TASK GOAL = Write out only the tail of the records, beginning at the line containing "v 1.72 2.747 7.813" and including the last line, exactly as written.

ENTRIES PROVIDED =
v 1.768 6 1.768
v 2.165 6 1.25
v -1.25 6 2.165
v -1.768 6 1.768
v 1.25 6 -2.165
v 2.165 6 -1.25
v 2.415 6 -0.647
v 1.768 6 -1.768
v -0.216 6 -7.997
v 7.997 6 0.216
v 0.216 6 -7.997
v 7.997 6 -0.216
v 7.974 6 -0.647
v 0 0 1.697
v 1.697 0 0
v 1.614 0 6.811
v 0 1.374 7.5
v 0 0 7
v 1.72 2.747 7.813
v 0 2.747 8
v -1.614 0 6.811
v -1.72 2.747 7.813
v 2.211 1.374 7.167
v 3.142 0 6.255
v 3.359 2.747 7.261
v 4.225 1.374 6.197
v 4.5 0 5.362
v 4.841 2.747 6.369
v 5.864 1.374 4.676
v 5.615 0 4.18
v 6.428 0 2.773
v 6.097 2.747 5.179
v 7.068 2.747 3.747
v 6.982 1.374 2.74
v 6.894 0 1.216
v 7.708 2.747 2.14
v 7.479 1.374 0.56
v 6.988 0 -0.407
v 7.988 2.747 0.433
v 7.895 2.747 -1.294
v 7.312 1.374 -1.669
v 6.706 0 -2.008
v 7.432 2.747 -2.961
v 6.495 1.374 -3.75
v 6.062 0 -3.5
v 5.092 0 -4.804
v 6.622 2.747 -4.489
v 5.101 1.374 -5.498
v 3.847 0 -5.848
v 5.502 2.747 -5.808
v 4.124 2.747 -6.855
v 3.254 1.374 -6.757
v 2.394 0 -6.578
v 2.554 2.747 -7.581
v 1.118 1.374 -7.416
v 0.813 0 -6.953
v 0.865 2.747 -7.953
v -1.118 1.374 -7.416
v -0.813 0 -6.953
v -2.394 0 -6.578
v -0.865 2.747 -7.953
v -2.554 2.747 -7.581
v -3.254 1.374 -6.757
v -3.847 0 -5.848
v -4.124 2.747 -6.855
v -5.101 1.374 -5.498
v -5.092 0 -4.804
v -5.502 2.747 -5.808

COMPLETED TASK =
v 1.72 2.747 7.813
v 0 2.747 8
v -1.614 0 6.811
v -1.72 2.747 7.813
v 2.211 1.374 7.167
v 3.142 0 6.255
v 3.359 2.747 7.261
v 4.225 1.374 6.197
v 4.5 0 5.362
v 4.841 2.747 6.369
v 5.864 1.374 4.676
v 5.615 0 4.18
v 6.428 0 2.773
v 6.097 2.747 5.179
v 7.068 2.747 3.747
v 6.982 1.374 2.74
v 6.894 0 1.216
v 7.708 2.747 2.14
v 7.479 1.374 0.56
v 6.988 0 -0.407
v 7.988 2.747 0.433
v 7.895 2.747 -1.294
v 7.312 1.374 -1.669
v 6.706 0 -2.008
v 7.432 2.747 -2.961
v 6.495 1.374 -3.75
v 6.062 0 -3.5
v 5.092 0 -4.804
v 6.622 2.747 -4.489
v 5.101 1.374 -5.498
v 3.847 0 -5.848
v 5.502 2.747 -5.808
v 4.124 2.747 -6.855
v 3.254 1.374 -6.757
v 2.394 0 -6.578
v 2.554 2.747 -7.581
v 1.118 1.374 -7.416
v 0.813 0 -6.953
v 0.865 2.747 -7.953
v -1.118 1.374 -7.416
v -0.813 0 -6.953
v -2.394 0 -6.578
v -0.865 2.747 -7.953
v -2.554 2.747 -7.581
v -3.254 1.374 -6.757
v -3.847 0 -5.848
v -4.124 2.747 -6.855
v -5.101 1.374 -5.498
v -5.092 0 -4.804
v -5.502 2.747 -5.808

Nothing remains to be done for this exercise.